KHK ile ihraçlarının siyasi bir karar olduğunu ve bir gün mutlaka işlerine döneceklerine inandığını da belirten Rozerin Çatak, “Bizim bir mücadelemiz var; anadilde ulaşılabilir nitelikli sağlık hizmeti sunmak. İhraç edilmiş olabiliriz ama nihayetinde hâlâ sağlıkçı kimliğimiz var. Döndüğümüzde kaldığımız yerden bu mücadelemizi tekrar sürdüreceğiz. Ama bu tarım faaliyetlerini işimize döndüğümüz zaman da sürdürmeyi hedefliyoruz” diyor.

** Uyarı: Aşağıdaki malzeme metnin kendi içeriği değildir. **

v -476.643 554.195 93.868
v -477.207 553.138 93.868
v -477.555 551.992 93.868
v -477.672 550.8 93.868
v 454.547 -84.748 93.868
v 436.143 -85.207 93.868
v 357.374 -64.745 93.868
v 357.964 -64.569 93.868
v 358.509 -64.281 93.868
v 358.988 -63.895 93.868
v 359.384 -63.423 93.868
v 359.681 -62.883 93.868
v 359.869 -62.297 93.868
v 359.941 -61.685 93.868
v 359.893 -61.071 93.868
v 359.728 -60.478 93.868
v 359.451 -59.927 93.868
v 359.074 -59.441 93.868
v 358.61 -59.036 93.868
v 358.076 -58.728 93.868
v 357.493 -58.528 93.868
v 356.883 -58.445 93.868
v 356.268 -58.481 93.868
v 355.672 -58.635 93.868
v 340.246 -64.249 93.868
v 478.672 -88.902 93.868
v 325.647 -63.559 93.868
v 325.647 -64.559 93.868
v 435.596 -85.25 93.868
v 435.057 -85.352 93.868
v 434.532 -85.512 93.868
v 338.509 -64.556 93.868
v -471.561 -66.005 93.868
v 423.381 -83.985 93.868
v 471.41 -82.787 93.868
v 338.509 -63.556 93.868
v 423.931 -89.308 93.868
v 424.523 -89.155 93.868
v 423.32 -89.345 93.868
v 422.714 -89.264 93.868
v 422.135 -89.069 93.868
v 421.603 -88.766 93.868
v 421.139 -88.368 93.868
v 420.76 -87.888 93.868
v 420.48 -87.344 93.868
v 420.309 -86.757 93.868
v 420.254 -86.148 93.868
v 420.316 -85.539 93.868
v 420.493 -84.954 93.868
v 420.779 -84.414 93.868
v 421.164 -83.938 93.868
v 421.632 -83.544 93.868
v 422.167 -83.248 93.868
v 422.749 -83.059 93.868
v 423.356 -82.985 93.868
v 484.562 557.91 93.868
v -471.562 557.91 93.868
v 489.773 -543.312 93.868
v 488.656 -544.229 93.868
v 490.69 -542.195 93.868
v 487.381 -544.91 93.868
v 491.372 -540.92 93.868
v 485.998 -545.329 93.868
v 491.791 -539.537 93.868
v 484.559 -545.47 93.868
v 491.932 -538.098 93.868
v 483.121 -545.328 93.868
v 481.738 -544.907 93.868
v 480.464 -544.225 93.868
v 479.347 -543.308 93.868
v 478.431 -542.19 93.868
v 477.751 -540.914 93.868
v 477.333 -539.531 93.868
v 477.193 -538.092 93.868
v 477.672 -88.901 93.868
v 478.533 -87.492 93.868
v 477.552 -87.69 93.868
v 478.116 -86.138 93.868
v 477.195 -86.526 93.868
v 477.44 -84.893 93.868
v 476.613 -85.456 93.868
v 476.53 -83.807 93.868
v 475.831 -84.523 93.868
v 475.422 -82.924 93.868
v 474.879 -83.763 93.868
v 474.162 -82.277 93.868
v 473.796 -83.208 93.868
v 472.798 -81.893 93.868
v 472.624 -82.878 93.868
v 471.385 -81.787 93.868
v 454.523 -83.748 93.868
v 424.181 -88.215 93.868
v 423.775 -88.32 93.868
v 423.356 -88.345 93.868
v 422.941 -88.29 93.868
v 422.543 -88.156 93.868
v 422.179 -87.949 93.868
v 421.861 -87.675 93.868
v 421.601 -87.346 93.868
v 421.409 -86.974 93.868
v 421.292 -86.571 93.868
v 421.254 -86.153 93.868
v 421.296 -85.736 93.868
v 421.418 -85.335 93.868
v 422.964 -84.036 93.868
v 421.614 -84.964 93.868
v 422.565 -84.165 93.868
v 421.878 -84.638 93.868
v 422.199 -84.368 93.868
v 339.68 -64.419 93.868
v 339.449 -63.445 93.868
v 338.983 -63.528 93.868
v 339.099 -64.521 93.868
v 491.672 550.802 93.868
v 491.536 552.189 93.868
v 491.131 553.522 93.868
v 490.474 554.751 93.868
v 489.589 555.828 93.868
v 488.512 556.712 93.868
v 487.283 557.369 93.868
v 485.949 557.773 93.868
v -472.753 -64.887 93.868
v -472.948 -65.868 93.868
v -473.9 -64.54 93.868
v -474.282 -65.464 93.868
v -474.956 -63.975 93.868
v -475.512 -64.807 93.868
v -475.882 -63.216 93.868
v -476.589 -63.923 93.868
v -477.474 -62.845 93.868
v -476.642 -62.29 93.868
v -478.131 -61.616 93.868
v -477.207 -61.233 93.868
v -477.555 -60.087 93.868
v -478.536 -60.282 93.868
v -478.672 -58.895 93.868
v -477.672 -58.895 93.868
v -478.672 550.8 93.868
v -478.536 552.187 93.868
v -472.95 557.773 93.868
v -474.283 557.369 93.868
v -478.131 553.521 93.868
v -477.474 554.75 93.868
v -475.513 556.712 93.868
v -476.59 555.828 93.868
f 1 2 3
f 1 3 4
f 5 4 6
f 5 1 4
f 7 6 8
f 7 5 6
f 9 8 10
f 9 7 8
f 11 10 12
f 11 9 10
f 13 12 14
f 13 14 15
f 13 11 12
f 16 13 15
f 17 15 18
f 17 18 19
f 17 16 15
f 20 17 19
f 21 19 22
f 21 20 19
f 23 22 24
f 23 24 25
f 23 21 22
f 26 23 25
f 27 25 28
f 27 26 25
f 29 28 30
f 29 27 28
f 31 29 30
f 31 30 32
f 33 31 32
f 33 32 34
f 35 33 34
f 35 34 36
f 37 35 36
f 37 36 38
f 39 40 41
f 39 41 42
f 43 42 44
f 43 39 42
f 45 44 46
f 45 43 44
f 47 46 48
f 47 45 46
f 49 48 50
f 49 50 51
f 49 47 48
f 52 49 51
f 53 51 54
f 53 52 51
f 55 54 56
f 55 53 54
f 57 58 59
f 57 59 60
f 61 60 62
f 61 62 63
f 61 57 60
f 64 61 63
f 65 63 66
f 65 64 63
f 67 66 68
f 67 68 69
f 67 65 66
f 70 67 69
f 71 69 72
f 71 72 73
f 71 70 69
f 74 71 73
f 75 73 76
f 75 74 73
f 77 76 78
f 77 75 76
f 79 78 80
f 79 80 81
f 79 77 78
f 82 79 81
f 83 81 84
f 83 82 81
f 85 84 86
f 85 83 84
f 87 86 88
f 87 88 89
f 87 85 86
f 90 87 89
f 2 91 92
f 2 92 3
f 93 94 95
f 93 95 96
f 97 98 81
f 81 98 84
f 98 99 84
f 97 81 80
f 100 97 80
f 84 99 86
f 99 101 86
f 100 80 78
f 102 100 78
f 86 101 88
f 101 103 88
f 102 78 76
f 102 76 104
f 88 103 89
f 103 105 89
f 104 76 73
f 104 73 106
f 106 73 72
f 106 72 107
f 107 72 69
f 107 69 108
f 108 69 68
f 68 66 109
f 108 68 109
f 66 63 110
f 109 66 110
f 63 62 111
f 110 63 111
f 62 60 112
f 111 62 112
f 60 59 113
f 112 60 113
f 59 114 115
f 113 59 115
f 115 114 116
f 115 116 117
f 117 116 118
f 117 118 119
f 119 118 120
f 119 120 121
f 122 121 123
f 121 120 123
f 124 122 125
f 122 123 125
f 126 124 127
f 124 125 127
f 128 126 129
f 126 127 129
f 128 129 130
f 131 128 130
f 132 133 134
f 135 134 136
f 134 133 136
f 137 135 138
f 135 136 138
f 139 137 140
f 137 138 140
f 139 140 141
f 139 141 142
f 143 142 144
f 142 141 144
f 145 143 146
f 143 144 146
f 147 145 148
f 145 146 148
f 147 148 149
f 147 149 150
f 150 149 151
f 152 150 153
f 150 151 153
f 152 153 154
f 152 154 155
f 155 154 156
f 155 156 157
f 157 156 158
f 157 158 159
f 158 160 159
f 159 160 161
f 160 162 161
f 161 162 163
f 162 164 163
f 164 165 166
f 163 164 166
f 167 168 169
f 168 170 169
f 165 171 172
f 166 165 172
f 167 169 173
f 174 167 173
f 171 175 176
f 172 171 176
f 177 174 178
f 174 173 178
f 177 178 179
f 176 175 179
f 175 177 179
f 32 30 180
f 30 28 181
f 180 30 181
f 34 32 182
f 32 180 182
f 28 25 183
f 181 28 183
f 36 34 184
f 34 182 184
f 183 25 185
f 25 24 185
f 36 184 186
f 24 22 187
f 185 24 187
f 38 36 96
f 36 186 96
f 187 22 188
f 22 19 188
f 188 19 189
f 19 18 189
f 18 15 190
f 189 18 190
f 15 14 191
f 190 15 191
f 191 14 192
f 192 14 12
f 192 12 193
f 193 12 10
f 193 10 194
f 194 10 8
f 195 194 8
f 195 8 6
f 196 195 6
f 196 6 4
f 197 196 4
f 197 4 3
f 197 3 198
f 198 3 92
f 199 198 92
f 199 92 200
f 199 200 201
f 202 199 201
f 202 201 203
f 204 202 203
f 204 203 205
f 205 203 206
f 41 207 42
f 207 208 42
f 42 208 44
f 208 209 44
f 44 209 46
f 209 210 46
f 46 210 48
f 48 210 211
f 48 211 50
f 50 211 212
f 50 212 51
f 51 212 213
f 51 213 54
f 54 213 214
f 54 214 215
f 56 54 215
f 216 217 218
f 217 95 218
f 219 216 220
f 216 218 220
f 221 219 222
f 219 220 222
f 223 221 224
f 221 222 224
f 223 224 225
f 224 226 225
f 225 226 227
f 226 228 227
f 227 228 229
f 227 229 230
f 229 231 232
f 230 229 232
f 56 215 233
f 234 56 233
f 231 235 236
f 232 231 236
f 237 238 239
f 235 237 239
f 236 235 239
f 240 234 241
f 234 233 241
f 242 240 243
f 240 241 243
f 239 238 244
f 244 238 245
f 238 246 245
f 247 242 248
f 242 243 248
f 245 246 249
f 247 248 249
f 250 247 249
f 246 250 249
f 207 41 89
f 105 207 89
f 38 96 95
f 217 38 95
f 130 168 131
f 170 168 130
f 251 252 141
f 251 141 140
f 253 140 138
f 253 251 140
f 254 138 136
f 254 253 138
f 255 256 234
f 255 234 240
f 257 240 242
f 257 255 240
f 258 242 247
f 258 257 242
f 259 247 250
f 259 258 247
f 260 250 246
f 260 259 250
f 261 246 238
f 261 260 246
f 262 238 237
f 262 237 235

Özellikle kadınların mücadeleyi bırakmaması gerektiğini belirten Çatak, bir arada daha güçlü olunacağını hatırlatarak, “Kadınlar, KHK ile ihraçlara ve diğer baskılara karşı öz gücünün farkına varıp komünal ağın bir parçası olmalı. Örgütlü gücümüzü ne kadar korursak o kadar güçleniriz. Bu süreç geçecek. Ama geçtikten sonra geride bir enkazın kalmaması gerekiyor. Tam tersine daha güçlü daha iradeli ve örgütlü bit kitle oluşmalı. Temel çağrımız örgütlüğümüzü birleştirip bu mücadelemizi daha da yükseltmek’’ diyor.